Figure 3 is a graph showing the activity of SAK mixed with the culture medium of each strain for each time left when the activity immediately after mixing the SAK and culture medium to 100. As shown in FIG. 3, the activity of SAK mixed with the culture medium of DB431 and WB600 was 50% of the initial activity after 2 hours of incubation, but the activity of SAK mixed with the culture of LB700 was the first activity after 24 hours of incubation. It was found that about 60% was maintained.

As described and demonstrated in detail above, the present invention provides a strain of the genus Bacillus, which is capable of stably expressing foreign proteins, in which the wprA gene of the strain of the genus Bacillus is destroyed. When the foreign protein is expressed using the Bacillus sp. Strain of the present invention, since the expressed foreign protein is stable to the protease of the Bacillus sp. Strain, the foreign protein can be stably expressed.

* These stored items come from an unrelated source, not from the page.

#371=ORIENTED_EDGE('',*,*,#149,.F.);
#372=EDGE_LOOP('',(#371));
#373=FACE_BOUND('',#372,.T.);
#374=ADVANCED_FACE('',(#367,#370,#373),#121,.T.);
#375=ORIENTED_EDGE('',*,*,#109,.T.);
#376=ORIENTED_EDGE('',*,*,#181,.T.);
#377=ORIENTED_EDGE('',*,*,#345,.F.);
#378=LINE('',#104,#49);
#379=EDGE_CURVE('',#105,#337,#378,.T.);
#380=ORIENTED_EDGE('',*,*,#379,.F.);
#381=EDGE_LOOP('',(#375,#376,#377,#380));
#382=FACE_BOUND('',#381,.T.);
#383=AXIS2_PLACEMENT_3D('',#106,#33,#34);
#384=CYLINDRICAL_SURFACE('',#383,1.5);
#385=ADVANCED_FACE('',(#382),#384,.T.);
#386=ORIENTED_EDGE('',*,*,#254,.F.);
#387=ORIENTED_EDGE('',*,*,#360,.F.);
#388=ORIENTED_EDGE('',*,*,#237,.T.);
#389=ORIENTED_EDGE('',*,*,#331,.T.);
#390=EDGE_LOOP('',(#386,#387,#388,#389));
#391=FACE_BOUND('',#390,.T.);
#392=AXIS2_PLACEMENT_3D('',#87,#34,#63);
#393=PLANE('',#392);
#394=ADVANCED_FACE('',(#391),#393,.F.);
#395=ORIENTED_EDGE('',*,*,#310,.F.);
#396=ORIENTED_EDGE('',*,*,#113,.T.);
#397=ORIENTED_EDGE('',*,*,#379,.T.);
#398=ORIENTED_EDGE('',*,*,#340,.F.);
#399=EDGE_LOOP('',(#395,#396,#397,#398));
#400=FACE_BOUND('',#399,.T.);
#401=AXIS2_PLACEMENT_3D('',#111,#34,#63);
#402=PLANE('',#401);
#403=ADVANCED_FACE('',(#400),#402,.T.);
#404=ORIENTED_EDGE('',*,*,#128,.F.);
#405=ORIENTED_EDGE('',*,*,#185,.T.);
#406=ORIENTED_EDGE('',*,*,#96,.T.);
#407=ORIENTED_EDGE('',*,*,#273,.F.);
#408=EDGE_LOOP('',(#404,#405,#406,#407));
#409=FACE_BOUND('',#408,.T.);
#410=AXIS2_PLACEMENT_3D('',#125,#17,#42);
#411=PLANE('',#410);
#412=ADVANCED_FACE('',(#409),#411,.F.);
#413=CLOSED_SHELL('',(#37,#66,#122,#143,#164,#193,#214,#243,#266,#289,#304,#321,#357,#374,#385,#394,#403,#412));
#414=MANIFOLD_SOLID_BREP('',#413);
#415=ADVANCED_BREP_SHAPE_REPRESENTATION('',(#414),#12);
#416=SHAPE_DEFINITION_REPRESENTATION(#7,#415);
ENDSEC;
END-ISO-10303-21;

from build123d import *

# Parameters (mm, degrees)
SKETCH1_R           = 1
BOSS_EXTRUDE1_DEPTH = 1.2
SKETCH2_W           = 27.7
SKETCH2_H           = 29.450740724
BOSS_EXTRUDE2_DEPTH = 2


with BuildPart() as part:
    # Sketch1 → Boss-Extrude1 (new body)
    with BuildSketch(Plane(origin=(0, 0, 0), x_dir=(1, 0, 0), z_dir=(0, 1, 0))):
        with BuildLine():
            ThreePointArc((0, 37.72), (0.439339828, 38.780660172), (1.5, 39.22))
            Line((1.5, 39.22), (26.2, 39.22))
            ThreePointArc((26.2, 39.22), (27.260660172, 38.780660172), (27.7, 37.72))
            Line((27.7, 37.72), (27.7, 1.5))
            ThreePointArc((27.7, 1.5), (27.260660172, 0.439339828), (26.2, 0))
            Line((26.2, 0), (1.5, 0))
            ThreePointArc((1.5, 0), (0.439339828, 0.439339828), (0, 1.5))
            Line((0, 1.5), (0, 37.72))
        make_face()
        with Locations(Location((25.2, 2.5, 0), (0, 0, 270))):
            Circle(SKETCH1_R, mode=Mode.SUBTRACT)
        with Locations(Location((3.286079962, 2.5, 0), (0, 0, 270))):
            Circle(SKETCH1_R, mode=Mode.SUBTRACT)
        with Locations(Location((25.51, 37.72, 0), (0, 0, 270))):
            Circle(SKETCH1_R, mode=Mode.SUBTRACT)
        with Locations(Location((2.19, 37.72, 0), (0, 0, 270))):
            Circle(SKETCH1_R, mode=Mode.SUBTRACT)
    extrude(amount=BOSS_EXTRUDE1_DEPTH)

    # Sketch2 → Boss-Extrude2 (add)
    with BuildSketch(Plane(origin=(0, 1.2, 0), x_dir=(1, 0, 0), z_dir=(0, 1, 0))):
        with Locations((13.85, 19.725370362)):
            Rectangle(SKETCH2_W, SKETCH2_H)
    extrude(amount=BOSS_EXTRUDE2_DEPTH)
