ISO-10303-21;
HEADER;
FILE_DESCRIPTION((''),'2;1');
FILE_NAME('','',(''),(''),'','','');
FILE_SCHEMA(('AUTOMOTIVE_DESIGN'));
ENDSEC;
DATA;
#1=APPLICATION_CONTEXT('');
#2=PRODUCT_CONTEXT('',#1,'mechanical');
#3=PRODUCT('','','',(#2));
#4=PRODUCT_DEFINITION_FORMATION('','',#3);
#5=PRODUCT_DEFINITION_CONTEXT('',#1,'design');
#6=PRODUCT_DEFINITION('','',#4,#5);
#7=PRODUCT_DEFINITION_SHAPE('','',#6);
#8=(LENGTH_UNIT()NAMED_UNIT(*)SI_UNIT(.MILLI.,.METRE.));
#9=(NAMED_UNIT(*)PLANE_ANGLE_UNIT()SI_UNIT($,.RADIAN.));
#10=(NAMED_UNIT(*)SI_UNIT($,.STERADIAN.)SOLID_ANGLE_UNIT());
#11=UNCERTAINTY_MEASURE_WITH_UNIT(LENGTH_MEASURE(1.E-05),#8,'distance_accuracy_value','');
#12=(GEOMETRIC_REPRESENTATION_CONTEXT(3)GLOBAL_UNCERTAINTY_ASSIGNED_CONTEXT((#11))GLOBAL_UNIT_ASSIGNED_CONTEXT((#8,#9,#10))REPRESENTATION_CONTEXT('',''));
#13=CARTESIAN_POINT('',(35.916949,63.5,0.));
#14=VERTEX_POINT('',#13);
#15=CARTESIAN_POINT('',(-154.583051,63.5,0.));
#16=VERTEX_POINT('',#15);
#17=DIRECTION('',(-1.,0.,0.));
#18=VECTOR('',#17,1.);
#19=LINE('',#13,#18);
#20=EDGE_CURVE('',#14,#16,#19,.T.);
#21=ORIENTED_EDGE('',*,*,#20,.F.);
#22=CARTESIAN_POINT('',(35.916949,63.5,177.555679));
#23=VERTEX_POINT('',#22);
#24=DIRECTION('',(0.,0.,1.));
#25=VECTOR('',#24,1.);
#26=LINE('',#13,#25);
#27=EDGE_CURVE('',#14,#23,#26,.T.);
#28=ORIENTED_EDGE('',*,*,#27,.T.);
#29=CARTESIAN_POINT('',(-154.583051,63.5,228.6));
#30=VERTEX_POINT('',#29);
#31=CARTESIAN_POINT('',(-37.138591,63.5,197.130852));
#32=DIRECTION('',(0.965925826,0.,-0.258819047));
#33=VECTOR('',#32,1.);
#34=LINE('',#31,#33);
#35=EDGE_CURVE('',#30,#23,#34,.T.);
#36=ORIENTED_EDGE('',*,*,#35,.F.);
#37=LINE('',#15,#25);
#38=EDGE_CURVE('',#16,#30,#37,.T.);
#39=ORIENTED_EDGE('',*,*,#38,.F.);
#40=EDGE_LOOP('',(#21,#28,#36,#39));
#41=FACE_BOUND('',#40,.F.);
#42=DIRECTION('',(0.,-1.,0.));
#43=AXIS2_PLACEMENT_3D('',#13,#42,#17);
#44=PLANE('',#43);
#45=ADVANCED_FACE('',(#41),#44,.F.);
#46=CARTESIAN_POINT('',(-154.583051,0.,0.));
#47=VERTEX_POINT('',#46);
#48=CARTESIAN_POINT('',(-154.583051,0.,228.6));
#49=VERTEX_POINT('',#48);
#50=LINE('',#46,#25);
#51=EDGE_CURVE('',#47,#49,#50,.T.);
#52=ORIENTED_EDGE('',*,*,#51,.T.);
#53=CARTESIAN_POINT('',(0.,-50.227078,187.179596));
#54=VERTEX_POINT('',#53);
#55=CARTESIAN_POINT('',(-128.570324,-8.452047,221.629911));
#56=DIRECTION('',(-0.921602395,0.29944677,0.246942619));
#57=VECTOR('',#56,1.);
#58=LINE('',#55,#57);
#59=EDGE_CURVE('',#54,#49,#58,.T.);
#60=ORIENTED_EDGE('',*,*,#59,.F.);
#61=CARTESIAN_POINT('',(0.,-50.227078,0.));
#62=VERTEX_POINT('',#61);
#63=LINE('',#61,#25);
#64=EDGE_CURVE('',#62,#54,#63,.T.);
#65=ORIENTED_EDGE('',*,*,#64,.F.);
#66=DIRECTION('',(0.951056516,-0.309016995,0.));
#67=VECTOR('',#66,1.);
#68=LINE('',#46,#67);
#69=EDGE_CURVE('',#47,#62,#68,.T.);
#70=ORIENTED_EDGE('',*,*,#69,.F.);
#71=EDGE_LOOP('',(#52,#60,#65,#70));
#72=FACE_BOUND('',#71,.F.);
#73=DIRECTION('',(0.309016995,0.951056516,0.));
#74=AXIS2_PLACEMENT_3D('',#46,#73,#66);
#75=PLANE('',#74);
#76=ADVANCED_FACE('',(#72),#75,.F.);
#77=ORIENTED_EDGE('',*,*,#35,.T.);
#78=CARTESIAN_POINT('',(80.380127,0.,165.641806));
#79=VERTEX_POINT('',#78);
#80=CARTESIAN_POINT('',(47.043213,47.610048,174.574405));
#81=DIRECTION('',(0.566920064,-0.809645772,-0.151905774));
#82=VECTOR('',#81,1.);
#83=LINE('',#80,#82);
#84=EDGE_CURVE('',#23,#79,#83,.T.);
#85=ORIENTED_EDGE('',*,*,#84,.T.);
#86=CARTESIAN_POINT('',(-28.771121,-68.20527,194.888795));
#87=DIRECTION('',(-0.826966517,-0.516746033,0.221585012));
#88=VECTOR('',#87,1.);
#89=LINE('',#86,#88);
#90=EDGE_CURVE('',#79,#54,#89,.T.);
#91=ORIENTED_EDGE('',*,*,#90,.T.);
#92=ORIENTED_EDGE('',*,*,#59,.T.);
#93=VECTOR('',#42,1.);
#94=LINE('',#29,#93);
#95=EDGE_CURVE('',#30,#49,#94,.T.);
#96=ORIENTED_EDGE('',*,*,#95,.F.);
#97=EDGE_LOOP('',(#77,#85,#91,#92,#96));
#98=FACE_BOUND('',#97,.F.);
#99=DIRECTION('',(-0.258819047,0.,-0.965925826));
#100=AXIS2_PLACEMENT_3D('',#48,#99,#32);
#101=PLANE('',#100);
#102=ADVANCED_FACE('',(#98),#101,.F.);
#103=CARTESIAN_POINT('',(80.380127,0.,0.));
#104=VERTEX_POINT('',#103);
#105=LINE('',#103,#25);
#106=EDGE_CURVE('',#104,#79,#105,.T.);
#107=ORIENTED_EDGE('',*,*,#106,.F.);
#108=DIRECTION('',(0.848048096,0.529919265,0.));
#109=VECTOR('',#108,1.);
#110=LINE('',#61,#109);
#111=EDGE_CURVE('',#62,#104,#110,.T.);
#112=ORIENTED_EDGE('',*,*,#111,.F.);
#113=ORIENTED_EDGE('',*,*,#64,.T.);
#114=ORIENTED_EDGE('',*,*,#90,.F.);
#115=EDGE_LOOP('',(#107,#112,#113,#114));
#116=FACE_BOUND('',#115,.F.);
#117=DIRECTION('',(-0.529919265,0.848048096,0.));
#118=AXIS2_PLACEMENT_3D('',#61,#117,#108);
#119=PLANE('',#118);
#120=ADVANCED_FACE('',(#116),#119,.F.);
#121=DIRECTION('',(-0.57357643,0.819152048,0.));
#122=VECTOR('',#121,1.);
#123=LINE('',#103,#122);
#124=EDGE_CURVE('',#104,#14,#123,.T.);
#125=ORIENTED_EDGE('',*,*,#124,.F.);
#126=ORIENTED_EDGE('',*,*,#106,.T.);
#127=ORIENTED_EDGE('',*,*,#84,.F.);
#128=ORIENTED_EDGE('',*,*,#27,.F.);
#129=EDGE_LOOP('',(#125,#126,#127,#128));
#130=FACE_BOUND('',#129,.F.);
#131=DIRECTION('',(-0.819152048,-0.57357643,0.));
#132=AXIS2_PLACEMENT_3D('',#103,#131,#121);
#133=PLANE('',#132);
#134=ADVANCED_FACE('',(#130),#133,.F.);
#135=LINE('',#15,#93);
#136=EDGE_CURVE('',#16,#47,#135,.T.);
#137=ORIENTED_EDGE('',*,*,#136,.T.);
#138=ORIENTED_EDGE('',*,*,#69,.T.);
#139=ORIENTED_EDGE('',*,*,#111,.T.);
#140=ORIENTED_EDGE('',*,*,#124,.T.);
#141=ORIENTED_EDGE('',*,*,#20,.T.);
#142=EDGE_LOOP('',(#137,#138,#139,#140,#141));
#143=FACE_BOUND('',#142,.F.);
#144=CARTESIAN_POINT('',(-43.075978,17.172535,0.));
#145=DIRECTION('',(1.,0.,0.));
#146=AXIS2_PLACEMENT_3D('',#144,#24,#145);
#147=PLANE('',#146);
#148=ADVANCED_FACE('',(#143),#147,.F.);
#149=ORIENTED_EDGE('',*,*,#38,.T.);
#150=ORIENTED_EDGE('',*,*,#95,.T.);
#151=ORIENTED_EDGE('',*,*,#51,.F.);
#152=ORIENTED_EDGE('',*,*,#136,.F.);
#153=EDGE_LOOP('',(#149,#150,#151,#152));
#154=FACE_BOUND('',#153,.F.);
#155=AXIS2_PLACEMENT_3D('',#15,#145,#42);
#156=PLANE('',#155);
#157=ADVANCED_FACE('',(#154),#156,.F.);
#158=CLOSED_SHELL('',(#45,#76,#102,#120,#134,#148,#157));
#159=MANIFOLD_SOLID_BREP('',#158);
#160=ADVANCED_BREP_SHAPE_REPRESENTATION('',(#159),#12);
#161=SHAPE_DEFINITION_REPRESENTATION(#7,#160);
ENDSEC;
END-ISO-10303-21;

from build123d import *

# Parameters (mm, degrees)
F1_DEPTH = 228.6
F3_DEPTH = 114.3


with BuildPart() as f1:
    # F0 (on Top) → F1 (new body)
    with BuildSketch(Plane.XY):
        Polygon((80.380127, 0), (35.916949, 63.5), (-154.583051, 63.5), (-154.583051, 0), (0, -50.227078), align=None)
    extrude(amount=F1_DEPTH)

    # F2 (on Front) → F3 (cut, symmetric)
    with BuildSketch(Plane.XZ):
        Polygon((-154.583051, 289.720148), (-154.583051, 228.6), (111.744714, 157.23769), (111.744714, 289.720148), align=None)
    extrude(amount=F3_DEPTH, both=True, mode=Mode.SUBTRACT)


solid = f1.part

Having described the specific part of the content of the present invention in detail, for those skilled in the art, such a technology is only a preferred embodiment, the actual scope of the present invention is the appended claims and their equivalents. It will be defined by.

Claims (7)

A Bacillus sp. Strain in which wprA, a gene encoding WprA of the Bacillus sp. Strain, has been destroyed so as to stably express a foreign protein in a Bacillus sp. Strain. The method of claim 1, Destruction of the wprA gene is by homologous recombination Characterized in that Bacillus genus strains. The method of claim 2, Homologous recombination is a gene exchange vector containing a destroyed wprA gene. using a replacement vector) Bacillus genus strains. Bacillus subtilis LB700, KCTC 18039P, in which the wprA gene of Bacillus subtilis WB600 was destroyed. Using the Bacillus sp. Strain of claim 1 as a host microorganism, transforming with an expression vector of a foreign protein, and obtaining a foreign protein from the culture medium cultured therefrom, a foreign protein is produced from the strain of Bacillus sp. How to. The method of claim 5, The host microorganism is Bacillus subtilis LB700, KCTC 18039P) A method for producing a foreign protein in Bacillus strains with the wprA gene destroyed. The method of claim 5, The foreign protein is characterized in that the staphylokinase (staphylokinase) A method for producing a foreign protein in Bacillus strains with the wprA gene destroyed.